Death Watch: Lucky 13?
The state on pace for a baker’s dozen of executions by year end
By Sarah Marloff, Fri., Dec. 7, 2018
If all goes according to the state's plan, Texas will have executed 13 inmates by 2018's end. After five failed attempts to secure a stay from the U.S. Supreme Court, Joseph Garcia was executed just before 7pm on Tuesday – with the very drug challenged in his last-minute appeals.
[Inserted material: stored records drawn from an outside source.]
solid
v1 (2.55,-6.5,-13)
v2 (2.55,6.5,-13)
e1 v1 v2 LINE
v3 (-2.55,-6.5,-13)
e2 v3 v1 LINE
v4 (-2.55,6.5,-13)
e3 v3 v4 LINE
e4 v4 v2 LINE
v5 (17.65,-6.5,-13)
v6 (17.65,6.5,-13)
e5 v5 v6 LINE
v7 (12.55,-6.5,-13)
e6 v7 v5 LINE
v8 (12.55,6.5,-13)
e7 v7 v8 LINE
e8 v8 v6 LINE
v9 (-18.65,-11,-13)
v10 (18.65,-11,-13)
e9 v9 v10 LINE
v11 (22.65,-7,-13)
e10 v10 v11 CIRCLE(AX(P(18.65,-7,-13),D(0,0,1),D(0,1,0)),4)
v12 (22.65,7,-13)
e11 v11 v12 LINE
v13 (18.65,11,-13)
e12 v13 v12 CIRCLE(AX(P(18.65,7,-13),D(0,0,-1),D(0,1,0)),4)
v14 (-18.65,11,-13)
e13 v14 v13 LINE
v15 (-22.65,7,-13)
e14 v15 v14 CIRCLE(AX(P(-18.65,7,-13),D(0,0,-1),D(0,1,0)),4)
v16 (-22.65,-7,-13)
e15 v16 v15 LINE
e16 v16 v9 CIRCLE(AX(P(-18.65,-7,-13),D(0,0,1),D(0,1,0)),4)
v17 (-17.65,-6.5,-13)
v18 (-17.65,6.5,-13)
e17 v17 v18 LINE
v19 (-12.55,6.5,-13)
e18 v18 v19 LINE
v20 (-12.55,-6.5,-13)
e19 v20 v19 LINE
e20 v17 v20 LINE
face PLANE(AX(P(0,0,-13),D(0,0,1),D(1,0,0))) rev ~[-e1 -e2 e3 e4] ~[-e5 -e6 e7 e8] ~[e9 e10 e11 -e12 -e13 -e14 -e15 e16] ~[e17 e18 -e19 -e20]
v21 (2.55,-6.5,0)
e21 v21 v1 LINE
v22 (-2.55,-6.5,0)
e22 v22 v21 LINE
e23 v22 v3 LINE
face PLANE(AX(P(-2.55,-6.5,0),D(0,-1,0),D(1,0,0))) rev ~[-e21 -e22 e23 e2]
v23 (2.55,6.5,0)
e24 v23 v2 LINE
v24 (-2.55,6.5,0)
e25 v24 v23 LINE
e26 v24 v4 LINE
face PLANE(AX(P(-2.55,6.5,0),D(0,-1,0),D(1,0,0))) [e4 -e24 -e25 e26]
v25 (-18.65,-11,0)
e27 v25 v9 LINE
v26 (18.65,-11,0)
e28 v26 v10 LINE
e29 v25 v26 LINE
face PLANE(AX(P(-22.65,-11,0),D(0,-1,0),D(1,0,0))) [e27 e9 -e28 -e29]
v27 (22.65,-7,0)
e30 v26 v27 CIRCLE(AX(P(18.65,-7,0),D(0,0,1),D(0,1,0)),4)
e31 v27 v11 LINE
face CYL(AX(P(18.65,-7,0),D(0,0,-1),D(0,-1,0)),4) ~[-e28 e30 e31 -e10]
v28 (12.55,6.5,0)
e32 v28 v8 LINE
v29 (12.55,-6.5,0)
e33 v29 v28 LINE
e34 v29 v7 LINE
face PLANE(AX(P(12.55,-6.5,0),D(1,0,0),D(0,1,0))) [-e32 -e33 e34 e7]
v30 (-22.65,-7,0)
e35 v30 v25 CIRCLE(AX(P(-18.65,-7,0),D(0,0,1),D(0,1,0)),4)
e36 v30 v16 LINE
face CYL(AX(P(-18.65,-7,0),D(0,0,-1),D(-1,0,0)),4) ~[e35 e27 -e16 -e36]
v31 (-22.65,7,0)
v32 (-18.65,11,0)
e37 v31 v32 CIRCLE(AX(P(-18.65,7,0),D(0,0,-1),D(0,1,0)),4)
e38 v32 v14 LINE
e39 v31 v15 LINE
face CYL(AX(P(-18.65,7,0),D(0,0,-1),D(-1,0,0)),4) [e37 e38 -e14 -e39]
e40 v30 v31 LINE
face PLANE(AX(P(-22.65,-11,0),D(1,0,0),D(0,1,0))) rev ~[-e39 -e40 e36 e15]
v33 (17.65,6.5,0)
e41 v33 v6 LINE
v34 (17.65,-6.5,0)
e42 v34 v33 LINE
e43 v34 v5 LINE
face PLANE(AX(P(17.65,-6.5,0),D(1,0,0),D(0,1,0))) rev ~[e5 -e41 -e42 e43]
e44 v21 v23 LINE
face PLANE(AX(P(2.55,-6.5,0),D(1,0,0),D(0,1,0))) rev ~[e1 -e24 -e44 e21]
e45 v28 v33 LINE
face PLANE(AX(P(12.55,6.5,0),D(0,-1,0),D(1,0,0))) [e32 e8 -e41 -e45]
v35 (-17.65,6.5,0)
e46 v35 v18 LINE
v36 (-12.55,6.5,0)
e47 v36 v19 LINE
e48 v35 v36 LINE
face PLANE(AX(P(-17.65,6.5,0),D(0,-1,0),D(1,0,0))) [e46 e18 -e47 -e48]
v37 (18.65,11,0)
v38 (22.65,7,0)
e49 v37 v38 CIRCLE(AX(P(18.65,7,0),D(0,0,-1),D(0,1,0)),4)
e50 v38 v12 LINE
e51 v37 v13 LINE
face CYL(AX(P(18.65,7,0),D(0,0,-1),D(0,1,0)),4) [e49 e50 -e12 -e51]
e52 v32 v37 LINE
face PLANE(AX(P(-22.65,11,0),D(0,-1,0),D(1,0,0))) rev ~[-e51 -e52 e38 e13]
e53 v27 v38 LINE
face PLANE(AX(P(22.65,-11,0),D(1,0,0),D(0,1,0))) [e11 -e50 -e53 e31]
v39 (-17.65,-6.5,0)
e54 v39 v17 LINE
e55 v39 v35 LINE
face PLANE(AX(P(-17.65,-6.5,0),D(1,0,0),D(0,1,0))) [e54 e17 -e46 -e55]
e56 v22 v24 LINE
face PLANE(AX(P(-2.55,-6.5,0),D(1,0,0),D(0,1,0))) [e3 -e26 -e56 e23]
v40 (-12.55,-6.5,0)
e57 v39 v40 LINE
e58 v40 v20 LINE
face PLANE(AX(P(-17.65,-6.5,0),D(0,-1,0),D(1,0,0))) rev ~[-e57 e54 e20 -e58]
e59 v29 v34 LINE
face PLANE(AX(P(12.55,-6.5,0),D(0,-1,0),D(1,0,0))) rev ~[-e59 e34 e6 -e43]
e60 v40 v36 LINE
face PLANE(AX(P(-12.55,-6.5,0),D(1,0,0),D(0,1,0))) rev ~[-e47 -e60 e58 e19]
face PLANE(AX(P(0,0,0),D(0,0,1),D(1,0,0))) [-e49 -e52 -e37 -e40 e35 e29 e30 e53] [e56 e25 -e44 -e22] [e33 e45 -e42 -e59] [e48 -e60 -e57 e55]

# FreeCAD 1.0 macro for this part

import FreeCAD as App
import Part
import Sketcher

V = App.Vector


def edges_at(feature, points):
    """Names of the edges that pass closest to the given points."""
    edges = feature.Shape.Edges
    near = lambda p: min(range(len(edges)), key=lambda i: edges[i].distToShape(Part.Vertex(*p))[0])
    return sorted({f"Edge{near(p) + 1}" for p in points})


def add_polygon(sketch, points):
    """Adds a closed chain of lines whose ends are joined by coincident constraints."""
    first, n = sketch.GeometryCount, len(points)
    for a, b in zip(points, points[1:] + points[:1]):
        sketch.addGeometry(Part.LineSegment(App.Vector(*a, 0), App.Vector(*b, 0)), False)
    for i in range(n):
        sketch.addConstraint(Sketcher.Constraint("Coincident", first + i, 2, first + (i + 1) % n, 1))

doc = App.newDocument("Part")
params = doc.addObject("Spreadsheet::Sheet", "Params")
for row, (alias, value) in enumerate([
    ("sketch1_height", "22 mm"),
    ("sketch1_height2", "13 mm"),
    ("sketch1_width", "45.3 mm"),
    ("sketch1_width2", "5.1 mm"),
    ("pad1_length", "13 mm"),
    ("fillet_radius", "4 mm"),
], start=1):
    params.set(f"A{row}", alias)
    params.set(f"B{row}", "=" + value)
    params.setAlias(f"B{row}", alias)

body = doc.addObject("PartDesign::Body", "Body")

# Sketch on XY plane
sketch1 = body.newObject("Sketcher::SketchObject", "Sketch")
sketch1.AttachmentSupport = (doc.getObject("XY_Plane"), [""])
sketch1.MapMode = "FlatFace"
add_polygon(sketch1, [(-23, 11), (-23, -11), (23, -11), (23, 11)])  # lines 0-3
add_polygon(sketch1, [(-13, -6), (-18, -6), (-18, 6), (-13, 6)])  # lines 4-7
add_polygon(sketch1, [(3, -6), (-3, -6), (-3, 6), (3, 6)])  # lines 8-11
add_polygon(sketch1, [(18, -6), (13, -6), (13, 6), (18, 6)])  # lines 12-15
sketch1.addConstraint(Sketcher.Constraint("Vertical", 0))
sketch1.addConstraint(Sketcher.Constraint("Horizontal", 1))
sketch1.addConstraint(Sketcher.Constraint("Vertical", 2))
sketch1.addConstraint(Sketcher.Constraint("Horizontal", 3))
sketch1.addConstraint(Sketcher.Constraint("Horizontal", 4))
sketch1.addConstraint(Sketcher.Constraint("Vertical", 5))
sketch1.addConstraint(Sketcher.Constraint("Horizontal", 6))
sketch1.addConstraint(Sketcher.Constraint("Vertical", 7))
sketch1.addConstraint(Sketcher.Constraint("Horizontal", 8))
sketch1.addConstraint(Sketcher.Constraint("Vertical", 9))
sketch1.addConstraint(Sketcher.Constraint("Horizontal", 10))
sketch1.addConstraint(Sketcher.Constraint("Vertical", 11))
sketch1.addConstraint(Sketcher.Constraint("Horizontal", 12))
sketch1.addConstraint(Sketcher.Constraint("Vertical", 13))
sketch1.addConstraint(Sketcher.Constraint("Horizontal", 14))
sketch1.addConstraint(Sketcher.Constraint("Vertical", 15))
sketch1.addConstraint(Sketcher.Constraint("Symmetric", 0, 2, 2, 2, -1, 1))
sketch1.addConstraint(Sketcher.Constraint("Symmetric", 8, 2, 10, 2, -1, 1))
sketch1.addConstraint(Sketcher.Constraint("Symmetric", 6, 2, 12, 2, -1, 1))
sketch1.addConstraint(Sketcher.Constraint("Symmetric", 4, 2, 14, 2, -1, 1))
sketch1.addConstraint(Sketcher.Constraint("Horizontal", 7, 2, 8, 2))
sketch1.addConstraint(Sketcher.Constraint("Horizontal", 6, 2, 9, 2))
sketch1.addConstraint(Sketcher.Constraint("Equal", 6, 8))
sketch1.addConstraint(Sketcher.Constraint("DistanceY", 0, 2, 0, 1, 22.0))
sketch1.addConstraint(Sketcher.Constraint("DistanceY", 5, 1, 5, 2, 13.0))
sketch1.addConstraint(Sketcher.Constraint("DistanceX", 1, 1, 1, 2, 45.3))
sketch1.addConstraint(Sketcher.Constraint("DistanceX", 4, 2, 4, 1, 5.1))
sketch1.addConstraint(Sketcher.Constraint("DistanceX", 0, 2, 4, 2, 5.0))
sketch1.setExpression("Constraints[39]", "Params.sketch1_height")
sketch1.setExpression("Constraints[40]", "Params.sketch1_height2")
sketch1.setExpression("Constraints[41]", "Params.sketch1_width")
sketch1.setExpression("Constraints[42]", "Params.sketch1_width2")
pad1 = body.newObject("PartDesign::Pad", "Pad")
pad1.Profile = sketch1
pad1.setExpression("Length", "Params.pad1_length")
pad1.Reversed = True
doc.recompute()

fillet = body.newObject("PartDesign::Fillet", "Fillet")
fillet.Base = (pad1, edges_at(pad1, [
    (-22.65, -11, -6.5),
    (22.65, -11, -6.5),
    (22.65, 11, -6.5),
    (-22.65, 11, -6.5),
]))
fillet.setExpression("Radius", "Params.fillet_radius")

doc.recompute()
In the last week, Garcia's attorneys filed several new motions for a stay due to a "belief" that the Texas Department of Criminal Justice acquires its execution drug pentobarbital "from a compounding pharmacy that has been repeatedly cited for safety and sanitation violations by state and federal regulators, and has been on probation with the Texas State Board of Pharmacy since 2016." The filings argued that execution would violate Garcia's 8th and 14th Amendment rights, since "substantial concerns" have been raised that the drug "will not be what it purports to be, will be contaminated, or will be otherwise substandard."
These filings came in response to a BuzzFeed News article published Wednesday, Nov. 28, based on documents identifying one of two manufacturers for Texas' lethal injection drugs: Houston's Greenpark Compounding Pharmacy, on probation for compounding the wrong drug for several children and forging quality control documents. It's also been cited by the U.S. Food and Drug Administration for potential sterility violations.
Texas is currently defending a 2014 lawsuit that challenges the state's refusal to identify its drug suppliers so as to avoid botched executions. BuzzFeed reported that, after receiving lethal injection, Texas inmates Anthony Shore, Juan Castillo, Troy Clark, Christopher Young, and Danny Bible all made declarations of pain and a "burning" feeling before dying.
Now Alvin Braziel Jr. is staring down a death date of Dec. 11, for the 1993 robbery-murder of Douglas White on a Eastfield College trail in Mesquite; White's wife Lora was brutally raped by his killer. Eight years later, after DNA linked Braziel – then serving time for another sex crime – to the rape, he was found guilty of capital murder. During the trial, Braziel maintained he did not kill White.
SCOTUS denied Braziel's last round of appeals in 2016. Attorneys Jeff Newberry and David Dow were later appointed substitute counsel, and on Dec. 3 filed a stay request and appeals at the Texas Court of Criminal Appeals. At press time, the filings had not been made available, nor had Dow or Newberry returned the Chronicle's requests for comment. But according to documents shared by the Attorney General's Office, Braziel's argument is based in an Atkins claim, which ruled executing the intellectually disabled is cruel and unusual punishment that violates the Eighth Amendment. The state's response claims that relief for that request has already been denied by the CCA. If executed, Braziel will be the 558th Texan to be killed by the state since the death penalty was reinstated in 1976.